Un instant, elle hésita. Il restait un vampire, un prédateur. Sa douceur contrastait avec ce à quoi elle s'attendait de la part d'une telle créature. Iseult posa sa main sur la sienne, sa peau était glacée contre la sienne, la sensation était étrange. Nathaniel l'attira vers lui, il conduisit sa main jusqu'à sa poitrine qui ne bougeait pas, pas le moindre signe d'une respiration quelconque.
— Ferme les yeux, susurra-t-il à son oreille.
Iseult obtempéra, consciente du danger qu'elle encourait si elle accordait sa confiance à la légère. Il n'y avait que la main froide qui pressait la sienne contre le tissu de velours, les doigts de Nathaniel effleurèrent sa joue avant de s'y poser.
— Lorsque tu soignes, tu ressens la vie. Si tu te concentres, tu sentiras mon énergie vitale, l'exercice est le même, la sensation sera juste différente.

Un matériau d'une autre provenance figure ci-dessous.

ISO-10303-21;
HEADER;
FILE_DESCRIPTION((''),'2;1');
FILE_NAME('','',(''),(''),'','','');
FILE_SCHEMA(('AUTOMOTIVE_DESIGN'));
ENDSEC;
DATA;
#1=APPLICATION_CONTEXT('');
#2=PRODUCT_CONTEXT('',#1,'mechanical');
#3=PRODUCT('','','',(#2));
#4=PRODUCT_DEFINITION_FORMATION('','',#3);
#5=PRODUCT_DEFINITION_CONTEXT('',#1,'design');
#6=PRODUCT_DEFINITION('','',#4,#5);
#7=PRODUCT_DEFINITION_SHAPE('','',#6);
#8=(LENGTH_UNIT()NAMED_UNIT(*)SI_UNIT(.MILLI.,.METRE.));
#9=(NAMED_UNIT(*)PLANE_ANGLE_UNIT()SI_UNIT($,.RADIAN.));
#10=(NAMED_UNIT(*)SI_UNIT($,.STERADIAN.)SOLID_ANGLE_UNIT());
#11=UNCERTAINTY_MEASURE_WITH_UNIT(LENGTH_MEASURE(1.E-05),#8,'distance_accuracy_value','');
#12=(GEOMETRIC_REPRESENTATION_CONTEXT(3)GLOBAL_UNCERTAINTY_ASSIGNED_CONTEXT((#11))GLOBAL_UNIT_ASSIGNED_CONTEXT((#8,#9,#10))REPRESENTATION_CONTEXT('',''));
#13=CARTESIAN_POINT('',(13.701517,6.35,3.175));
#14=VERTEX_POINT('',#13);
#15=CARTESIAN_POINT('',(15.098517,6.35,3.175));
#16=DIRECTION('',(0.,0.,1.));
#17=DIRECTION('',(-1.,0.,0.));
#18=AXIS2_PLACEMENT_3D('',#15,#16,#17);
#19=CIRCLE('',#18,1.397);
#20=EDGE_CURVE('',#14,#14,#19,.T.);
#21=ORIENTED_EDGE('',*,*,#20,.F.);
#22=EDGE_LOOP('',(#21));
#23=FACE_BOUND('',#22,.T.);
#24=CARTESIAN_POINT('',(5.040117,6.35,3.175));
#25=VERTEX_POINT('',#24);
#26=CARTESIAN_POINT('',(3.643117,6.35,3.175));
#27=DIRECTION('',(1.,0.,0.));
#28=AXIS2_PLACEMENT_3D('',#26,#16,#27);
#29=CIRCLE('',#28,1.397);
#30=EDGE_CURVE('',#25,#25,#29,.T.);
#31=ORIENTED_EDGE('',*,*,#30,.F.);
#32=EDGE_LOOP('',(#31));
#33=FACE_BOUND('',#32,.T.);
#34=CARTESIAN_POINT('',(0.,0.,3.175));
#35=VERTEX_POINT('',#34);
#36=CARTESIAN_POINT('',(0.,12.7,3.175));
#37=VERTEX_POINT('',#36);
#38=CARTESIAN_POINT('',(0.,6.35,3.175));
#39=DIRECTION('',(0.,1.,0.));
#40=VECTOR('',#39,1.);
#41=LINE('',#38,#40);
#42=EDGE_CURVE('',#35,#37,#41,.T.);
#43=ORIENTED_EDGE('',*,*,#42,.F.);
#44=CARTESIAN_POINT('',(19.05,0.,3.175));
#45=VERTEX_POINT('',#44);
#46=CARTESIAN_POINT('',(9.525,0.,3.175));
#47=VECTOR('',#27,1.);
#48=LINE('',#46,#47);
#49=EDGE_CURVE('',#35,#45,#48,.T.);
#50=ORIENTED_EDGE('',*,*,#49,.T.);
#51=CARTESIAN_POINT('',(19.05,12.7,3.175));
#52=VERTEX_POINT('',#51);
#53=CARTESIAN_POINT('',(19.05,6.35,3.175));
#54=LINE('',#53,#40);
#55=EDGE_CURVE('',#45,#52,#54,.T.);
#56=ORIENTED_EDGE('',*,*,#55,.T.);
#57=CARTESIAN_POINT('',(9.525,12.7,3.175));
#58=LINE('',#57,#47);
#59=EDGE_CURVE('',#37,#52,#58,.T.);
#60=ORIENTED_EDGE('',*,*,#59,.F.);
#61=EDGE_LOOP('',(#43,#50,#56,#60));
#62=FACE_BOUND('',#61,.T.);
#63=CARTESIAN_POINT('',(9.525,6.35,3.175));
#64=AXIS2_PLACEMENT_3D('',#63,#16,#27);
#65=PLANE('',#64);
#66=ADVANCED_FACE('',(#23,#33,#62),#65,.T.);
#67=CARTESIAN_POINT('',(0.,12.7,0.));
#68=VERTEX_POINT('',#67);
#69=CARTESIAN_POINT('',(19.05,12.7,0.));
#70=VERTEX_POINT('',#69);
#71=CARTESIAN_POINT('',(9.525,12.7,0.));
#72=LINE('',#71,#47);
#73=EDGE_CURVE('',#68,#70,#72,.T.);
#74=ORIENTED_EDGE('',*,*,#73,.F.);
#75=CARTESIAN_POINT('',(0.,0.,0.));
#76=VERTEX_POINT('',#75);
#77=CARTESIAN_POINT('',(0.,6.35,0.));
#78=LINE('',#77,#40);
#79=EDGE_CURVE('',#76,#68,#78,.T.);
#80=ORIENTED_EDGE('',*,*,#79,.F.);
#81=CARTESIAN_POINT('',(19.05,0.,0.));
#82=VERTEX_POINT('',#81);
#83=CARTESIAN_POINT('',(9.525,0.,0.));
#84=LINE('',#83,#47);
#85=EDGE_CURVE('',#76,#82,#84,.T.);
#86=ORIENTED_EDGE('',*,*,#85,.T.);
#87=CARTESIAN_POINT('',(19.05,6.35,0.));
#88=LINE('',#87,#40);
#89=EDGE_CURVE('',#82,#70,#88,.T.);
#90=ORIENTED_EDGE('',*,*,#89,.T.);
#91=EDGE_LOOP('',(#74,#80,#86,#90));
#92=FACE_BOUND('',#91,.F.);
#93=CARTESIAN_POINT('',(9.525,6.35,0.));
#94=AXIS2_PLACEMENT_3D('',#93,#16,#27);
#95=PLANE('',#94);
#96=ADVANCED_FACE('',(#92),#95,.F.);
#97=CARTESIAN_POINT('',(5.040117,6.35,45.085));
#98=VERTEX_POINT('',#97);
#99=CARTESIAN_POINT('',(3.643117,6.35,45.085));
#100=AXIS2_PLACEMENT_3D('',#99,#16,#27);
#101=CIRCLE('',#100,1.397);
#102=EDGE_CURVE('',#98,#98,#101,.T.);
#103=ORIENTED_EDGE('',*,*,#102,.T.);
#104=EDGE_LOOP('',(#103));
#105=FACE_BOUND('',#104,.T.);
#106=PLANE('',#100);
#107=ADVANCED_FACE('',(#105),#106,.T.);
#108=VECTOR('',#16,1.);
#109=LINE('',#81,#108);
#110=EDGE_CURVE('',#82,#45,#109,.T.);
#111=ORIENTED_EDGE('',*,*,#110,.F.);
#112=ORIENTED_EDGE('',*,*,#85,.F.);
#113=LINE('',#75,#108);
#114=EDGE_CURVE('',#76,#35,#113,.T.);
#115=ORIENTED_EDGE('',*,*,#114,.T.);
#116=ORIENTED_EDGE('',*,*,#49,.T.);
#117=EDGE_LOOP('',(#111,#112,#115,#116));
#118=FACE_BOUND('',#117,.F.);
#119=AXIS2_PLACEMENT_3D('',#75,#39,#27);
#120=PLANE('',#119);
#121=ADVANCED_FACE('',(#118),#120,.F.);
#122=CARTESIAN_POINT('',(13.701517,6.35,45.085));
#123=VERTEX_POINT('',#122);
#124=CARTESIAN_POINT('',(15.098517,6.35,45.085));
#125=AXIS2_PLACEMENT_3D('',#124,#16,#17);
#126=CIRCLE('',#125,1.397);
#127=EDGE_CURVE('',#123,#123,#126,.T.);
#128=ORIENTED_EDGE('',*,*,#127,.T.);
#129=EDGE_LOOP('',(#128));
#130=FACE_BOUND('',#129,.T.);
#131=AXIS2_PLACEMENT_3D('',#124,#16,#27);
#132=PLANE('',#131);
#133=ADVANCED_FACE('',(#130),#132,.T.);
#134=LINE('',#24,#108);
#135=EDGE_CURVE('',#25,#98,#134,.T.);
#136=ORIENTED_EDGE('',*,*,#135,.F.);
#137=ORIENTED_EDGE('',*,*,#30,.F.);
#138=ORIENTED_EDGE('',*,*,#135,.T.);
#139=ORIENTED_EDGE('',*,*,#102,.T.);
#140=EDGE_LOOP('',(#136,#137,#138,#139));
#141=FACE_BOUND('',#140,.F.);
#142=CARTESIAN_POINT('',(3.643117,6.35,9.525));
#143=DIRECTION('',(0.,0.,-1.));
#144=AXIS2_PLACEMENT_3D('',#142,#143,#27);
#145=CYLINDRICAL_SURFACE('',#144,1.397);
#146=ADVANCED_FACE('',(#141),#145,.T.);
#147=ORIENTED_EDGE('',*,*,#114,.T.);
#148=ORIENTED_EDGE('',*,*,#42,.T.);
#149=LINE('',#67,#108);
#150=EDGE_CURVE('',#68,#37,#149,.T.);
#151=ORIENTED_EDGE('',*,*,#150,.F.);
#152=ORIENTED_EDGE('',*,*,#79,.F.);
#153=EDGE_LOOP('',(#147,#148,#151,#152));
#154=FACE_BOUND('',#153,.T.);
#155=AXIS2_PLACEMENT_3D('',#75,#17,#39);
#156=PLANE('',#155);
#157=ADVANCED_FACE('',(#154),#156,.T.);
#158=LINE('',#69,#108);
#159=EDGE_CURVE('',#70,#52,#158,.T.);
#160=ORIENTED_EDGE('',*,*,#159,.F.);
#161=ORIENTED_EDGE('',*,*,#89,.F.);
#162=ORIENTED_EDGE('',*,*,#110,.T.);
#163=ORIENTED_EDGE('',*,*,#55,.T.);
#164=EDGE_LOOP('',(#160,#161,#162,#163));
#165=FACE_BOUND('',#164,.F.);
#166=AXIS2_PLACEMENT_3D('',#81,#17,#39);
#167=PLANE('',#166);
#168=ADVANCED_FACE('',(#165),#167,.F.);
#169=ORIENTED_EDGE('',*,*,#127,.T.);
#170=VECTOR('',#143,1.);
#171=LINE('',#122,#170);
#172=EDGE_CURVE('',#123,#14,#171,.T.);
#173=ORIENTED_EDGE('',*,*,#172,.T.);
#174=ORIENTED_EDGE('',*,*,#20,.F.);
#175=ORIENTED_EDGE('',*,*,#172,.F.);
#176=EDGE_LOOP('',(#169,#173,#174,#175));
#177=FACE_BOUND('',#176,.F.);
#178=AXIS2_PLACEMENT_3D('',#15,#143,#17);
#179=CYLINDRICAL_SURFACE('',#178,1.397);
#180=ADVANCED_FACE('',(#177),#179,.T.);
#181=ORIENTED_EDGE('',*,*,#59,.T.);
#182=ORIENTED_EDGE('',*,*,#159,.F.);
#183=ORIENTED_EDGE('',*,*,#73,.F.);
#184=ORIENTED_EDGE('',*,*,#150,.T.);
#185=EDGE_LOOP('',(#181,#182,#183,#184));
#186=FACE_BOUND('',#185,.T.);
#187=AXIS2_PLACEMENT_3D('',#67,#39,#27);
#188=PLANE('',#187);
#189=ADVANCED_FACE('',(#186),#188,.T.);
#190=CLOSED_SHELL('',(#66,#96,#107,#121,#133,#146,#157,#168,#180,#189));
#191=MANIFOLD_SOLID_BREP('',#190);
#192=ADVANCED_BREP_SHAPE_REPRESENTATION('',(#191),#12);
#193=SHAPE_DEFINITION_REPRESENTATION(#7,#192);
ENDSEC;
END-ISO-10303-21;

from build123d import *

# Parameters (mm, degrees)
F0_W     = 19.05
F0_H     = 12.7
F1_DEPTH = 3.175
F2_R     = 1.397
F3_DEPTH = 6.35
F4_R     = 1.397
F5_DEPTH = 35.56


with BuildPart() as f1:
    # F0 (on Top) → F1 (new body)
    with BuildSketch(Plane.XY):
        with Locations((9.525, 6.35)):
            Rectangle(F0_W, F0_H)
    extrude(amount=F1_DEPTH)

    # F2 (on face) → F3 (join)
    with BuildSketch(Plane.XY.offset(3.175)):
        with Locations((3.643117, 6.35)):
            Circle(F2_R)
        with BuildLine():
            ThreePointArc((16.495517, 6.35), (15.098517, 7.747), (13.701517, 6.35))
            ThreePointArc((13.701517, 6.35), (15.098517, 4.953), (16.495517, 6.35))
        make_face()
    extrude(amount=F3_DEPTH)

    # F4 (on face) → F5 (join)
    with BuildSketch(Plane.XY.offset(9.525)):
        with Locations((3.643117, 6.35)):
            Circle(F4_R)
        with BuildLine():
            ThreePointArc((16.495517, 6.35), (15.098517, 7.747), (13.701517, 6.35))
            ThreePointArc((13.701517, 6.35), (15.098517, 4.953), (16.495517, 6.35))
        make_face()
    extrude(amount=F5_DEPTH)


solid = f1.part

Recevoir des conseils d'un vampire était étrange, elle se prêta néanmoins à l'exercice. Sa respiration se fit plus basse et elle se concentra. Lorsqu'elle soignait, elle sentait la sensation du cœur qui bat. Elle était même capable de déceler une maladie ou une blessure chez quelqu'un. Sa magie était une énergie qui lui signalait lorsque celle des autres était irrégulière. Cette fois, elle ne ressentait rien, elle aurait pu toucher une pierre tant Nathaniel était immobile et silencieux. Jusqu'à ce qu'une pulsation se fasse sentir sous ses doigts. Il lui semblait que sentir le cœur du vampire battre, contre sa joue, les doigts de ce dernier pulsaient, eux aussi. Sa force vitale était puissante, elle circulait dans tout son corps avec une intensité qui fit chauffer l'opale contre sa poitrine.

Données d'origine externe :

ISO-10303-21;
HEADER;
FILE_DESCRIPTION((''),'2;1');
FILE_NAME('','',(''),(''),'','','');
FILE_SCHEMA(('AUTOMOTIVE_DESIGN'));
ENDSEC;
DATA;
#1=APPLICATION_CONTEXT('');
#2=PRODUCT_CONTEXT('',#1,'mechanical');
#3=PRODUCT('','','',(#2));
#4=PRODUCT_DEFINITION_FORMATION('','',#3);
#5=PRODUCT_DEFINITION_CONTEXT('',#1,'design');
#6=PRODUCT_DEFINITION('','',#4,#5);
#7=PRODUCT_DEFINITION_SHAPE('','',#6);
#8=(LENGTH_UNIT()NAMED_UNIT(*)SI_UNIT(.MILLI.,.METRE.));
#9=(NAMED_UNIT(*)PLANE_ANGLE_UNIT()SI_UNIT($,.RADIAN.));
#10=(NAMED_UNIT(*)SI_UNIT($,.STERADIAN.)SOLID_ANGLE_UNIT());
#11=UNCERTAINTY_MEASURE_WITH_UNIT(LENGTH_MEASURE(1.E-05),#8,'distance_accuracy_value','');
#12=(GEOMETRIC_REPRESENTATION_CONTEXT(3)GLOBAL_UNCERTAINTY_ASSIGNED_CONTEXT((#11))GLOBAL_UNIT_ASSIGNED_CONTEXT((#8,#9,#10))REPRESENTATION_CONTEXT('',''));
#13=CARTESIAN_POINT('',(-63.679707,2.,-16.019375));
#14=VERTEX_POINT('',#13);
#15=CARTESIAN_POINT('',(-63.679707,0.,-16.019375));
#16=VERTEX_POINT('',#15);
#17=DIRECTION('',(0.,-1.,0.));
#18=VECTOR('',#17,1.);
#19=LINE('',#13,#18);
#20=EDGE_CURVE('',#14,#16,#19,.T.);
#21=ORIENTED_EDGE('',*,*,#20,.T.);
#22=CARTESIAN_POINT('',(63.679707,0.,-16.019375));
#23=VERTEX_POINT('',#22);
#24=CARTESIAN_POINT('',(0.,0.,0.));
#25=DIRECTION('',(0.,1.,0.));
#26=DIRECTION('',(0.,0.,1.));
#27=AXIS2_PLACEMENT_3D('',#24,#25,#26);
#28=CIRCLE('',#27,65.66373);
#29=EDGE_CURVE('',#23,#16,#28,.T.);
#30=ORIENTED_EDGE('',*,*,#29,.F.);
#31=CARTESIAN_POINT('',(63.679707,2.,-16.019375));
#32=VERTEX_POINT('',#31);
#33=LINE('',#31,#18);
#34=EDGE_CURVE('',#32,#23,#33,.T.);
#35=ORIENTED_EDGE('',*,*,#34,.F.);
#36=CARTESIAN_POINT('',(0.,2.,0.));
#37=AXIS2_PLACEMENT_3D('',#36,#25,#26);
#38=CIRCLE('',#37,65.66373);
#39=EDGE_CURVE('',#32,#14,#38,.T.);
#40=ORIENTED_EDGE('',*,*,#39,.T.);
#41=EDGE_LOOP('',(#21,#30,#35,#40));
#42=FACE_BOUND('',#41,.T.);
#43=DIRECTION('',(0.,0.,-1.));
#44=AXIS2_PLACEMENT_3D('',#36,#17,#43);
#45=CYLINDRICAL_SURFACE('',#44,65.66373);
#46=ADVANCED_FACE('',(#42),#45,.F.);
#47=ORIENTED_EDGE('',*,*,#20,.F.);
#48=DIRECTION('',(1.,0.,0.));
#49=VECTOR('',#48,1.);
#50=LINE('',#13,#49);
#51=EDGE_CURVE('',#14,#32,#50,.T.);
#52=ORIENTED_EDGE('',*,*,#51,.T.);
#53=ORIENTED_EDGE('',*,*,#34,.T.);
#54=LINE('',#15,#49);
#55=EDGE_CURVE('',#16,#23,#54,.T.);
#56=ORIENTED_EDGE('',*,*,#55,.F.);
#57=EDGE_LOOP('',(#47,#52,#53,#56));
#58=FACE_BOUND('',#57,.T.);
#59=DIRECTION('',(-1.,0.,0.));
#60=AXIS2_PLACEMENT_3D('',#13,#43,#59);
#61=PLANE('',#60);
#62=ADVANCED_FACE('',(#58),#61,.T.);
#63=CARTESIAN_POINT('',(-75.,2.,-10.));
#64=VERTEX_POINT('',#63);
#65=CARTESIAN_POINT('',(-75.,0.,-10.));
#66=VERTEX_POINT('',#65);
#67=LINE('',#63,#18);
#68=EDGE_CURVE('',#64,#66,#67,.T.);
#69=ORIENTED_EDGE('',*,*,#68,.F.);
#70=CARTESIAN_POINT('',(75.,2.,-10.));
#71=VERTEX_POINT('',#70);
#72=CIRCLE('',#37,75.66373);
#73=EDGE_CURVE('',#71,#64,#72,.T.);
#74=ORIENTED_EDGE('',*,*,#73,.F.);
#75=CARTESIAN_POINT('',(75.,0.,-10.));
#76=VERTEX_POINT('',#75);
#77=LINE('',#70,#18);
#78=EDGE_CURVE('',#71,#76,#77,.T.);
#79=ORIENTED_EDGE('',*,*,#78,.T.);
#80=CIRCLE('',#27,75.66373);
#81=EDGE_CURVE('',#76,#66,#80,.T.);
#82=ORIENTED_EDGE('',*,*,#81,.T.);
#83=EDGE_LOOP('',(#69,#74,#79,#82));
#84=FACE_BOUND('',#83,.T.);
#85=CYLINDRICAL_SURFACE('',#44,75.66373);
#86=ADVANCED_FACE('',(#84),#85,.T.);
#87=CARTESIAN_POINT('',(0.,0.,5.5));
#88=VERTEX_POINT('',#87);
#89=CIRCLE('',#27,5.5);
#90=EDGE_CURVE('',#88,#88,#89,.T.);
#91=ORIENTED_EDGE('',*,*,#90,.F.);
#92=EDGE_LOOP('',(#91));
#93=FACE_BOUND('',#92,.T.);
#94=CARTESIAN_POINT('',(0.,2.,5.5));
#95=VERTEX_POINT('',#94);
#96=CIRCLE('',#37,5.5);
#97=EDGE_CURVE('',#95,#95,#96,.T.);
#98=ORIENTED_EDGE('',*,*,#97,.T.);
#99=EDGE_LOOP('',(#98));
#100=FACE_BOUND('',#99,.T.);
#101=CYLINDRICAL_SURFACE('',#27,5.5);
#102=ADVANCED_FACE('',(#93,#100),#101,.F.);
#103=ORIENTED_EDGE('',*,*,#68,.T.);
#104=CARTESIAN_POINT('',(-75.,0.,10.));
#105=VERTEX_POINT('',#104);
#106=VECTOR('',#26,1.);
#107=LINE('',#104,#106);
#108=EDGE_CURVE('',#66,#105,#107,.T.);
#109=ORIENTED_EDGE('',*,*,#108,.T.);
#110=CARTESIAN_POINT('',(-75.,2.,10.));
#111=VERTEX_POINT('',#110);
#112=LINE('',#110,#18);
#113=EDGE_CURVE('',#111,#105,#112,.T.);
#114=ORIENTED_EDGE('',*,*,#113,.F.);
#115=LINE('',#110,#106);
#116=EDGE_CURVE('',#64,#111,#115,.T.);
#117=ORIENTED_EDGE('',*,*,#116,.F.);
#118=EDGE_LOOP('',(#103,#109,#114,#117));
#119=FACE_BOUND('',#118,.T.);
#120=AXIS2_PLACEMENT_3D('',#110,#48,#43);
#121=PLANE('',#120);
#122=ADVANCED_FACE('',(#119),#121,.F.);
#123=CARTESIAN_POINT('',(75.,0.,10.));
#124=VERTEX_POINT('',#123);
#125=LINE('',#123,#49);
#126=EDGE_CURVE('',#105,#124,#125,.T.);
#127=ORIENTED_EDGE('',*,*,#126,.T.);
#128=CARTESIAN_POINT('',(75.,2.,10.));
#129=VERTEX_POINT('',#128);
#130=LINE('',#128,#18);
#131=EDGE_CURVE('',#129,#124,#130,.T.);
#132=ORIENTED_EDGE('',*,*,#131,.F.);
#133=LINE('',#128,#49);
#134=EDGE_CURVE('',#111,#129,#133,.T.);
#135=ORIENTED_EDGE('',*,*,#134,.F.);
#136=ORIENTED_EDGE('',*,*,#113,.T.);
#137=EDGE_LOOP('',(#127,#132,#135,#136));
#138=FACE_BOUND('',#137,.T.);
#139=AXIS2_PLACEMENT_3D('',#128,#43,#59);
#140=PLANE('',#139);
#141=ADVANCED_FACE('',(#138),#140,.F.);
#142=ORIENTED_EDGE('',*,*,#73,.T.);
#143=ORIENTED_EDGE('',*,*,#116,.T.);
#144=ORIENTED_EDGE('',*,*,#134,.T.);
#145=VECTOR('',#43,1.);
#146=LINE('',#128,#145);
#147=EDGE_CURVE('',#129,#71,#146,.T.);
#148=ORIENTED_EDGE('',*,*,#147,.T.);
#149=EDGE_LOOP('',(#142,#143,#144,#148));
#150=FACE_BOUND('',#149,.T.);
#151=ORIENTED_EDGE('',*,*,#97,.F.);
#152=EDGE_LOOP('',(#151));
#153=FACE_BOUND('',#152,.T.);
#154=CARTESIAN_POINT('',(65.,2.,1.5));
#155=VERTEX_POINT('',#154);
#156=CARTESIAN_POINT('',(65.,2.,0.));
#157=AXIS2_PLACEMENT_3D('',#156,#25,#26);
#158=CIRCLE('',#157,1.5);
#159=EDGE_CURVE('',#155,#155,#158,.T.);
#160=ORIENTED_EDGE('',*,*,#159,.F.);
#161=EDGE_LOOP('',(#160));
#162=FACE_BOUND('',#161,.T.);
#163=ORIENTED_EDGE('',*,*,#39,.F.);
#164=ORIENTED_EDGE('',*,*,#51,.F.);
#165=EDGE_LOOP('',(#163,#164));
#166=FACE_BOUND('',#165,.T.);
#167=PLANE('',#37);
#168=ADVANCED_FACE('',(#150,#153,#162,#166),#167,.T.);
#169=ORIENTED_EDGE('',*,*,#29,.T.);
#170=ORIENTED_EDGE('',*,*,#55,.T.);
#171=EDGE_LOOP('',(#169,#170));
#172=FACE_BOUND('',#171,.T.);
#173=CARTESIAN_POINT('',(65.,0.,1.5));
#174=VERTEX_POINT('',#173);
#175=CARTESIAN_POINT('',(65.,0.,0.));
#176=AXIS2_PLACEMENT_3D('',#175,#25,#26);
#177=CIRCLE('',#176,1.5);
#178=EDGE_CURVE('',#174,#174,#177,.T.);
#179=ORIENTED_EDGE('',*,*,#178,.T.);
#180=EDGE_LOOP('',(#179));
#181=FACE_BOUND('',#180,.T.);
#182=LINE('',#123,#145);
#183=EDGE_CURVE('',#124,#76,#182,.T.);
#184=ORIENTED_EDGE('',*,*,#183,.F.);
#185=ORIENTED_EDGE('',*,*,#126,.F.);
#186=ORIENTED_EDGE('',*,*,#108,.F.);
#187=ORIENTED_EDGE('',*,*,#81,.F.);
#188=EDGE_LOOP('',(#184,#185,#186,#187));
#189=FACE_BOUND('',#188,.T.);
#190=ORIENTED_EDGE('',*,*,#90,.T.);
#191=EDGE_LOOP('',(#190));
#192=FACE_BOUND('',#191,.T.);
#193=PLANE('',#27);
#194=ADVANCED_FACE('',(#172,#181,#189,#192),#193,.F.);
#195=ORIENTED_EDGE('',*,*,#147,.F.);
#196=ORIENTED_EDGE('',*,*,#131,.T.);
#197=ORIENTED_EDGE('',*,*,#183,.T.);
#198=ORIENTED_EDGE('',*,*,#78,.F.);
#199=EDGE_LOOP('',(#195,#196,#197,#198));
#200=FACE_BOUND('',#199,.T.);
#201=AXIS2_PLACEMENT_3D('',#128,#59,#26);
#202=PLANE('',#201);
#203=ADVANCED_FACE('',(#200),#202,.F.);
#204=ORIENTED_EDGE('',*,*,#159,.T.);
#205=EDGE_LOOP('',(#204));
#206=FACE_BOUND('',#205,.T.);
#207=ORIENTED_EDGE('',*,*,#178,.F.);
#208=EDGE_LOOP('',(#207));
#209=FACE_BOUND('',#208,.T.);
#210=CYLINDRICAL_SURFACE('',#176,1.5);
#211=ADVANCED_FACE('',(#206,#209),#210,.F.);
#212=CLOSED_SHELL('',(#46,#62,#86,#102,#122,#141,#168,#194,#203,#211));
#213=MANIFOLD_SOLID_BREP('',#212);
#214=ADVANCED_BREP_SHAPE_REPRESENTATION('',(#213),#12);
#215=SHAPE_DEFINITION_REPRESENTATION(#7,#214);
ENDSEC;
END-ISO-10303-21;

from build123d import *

# Parameters (mm, degrees)
BOSS_EXTRUDE1_DEPTH = 2
SKETCH2_R           = 5.5
SKETCH2_R_2         = 1.5
CUT_EXTRUDE1_DEPTH  = 2


with BuildPart() as part:
    # Sketch1 → Boss-Extrude1 (new body)
    with BuildSketch(Plane(origin=(0, 0, 0), x_dir=(1, 0, 0), z_dir=(0, 1, 0))):
        with BuildLine():
            Line((75, -10), (-75, -10))
            Line((-75, -10), (-75, 10))
            ThreePointArc((-75, 10), (0, 75.663729752), (75, 10))
            Line((75, 10), (75, -10))
        make_face()
        with BuildLine():
            Line((-63.679706635, 16.019374764), (63.679706635, 16.019374764))
            ThreePointArc((63.679706635, 16.019374764), (0, 65.663729752), (-63.679706635, 16.019374764))
        make_face(mode=Mode.SUBTRACT)
    extrude(amount=BOSS_EXTRUDE1_DEPTH)

    # Sketch2 → Cut-Extrude1 (cut)
    with BuildSketch(Plane(origin=(0, 2, 0), x_dir=(1, 0, 0), z_dir=(0, 1, 0))):
        with Locations(Location((0, 0, 0), (0, 0, 270))):
            Circle(SKETCH2_R)
        with Locations(Location((65, 0, 0), (0, 0, 270))):
            Circle(SKETCH2_R_2)
    extrude(amount=-CUT_EXTRUDE1_DEPTH, mode=Mode.SUBTRACT)


solid = part.part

Quand Iseult rouvrit les yeux, le vampire la contemplait toujours. Ils ne bougèrent pas et ne parlèrent pas le temps de quelques secondes. Il serra sa main dans la sienne, ses doigts descendirent le long de son cou, un long frisson remonta le long de sa colonne vertébrale.
— Tu es la plus belle fleur de ce jardin, murmura-t-il.
— Vous dites cela à toutes les femmes ?
— À tous les garçons aussi, s'amusa-t-il.
Il se pencha un peu plus vers elle, le souffle court Iseult résista à l'irrésistible envie de l'embrasser.
— J'aimerais juste que vous lâchiez ma main, confia-t-elle.
— Je pensais à autre chose, souffla Nathaniel dont le visage était proche du sien.
— Vous êtes comme ces fleurs, magnifique, mais mortel.
Iseult fit un pas en arrière et il relâcha ses doigts. Pour la première fois, c'est lui qui sembla déstabilisé par le tour que prenait la conversation.
— Tu es bien cruelle.
— Réaliste. Sur ce, je dois aller me coucher.
La jeune femme se dégagea de son emprise, son regard se détournant du sien. Elle ne pouvait pas prendre de risques. Il s'inclina pour la saluer et elle remonta l'allée des jardins, comme la première fois elle se dérobait. L'envie de regarder en arrière la démangeait, mais cela donnerait de fausses idées au vampire. Iseult caressa la main qui avait été contre la poitrine de Nathaniel, elle sentait encore la pulsation vitale de son corps, cela bourdonnait à ses oreilles. Lorsqu'elle remonta à sa chambre, toutes ses pensées étaient tournées vers le charmant vampire, ce qu'elle détestait plus que tout. Elle ne voulait pas succomber à ses charmes, mais comprendre cette nouvelle magie qui l'habitait, hors de question qu'elle se laisse déconcentrer.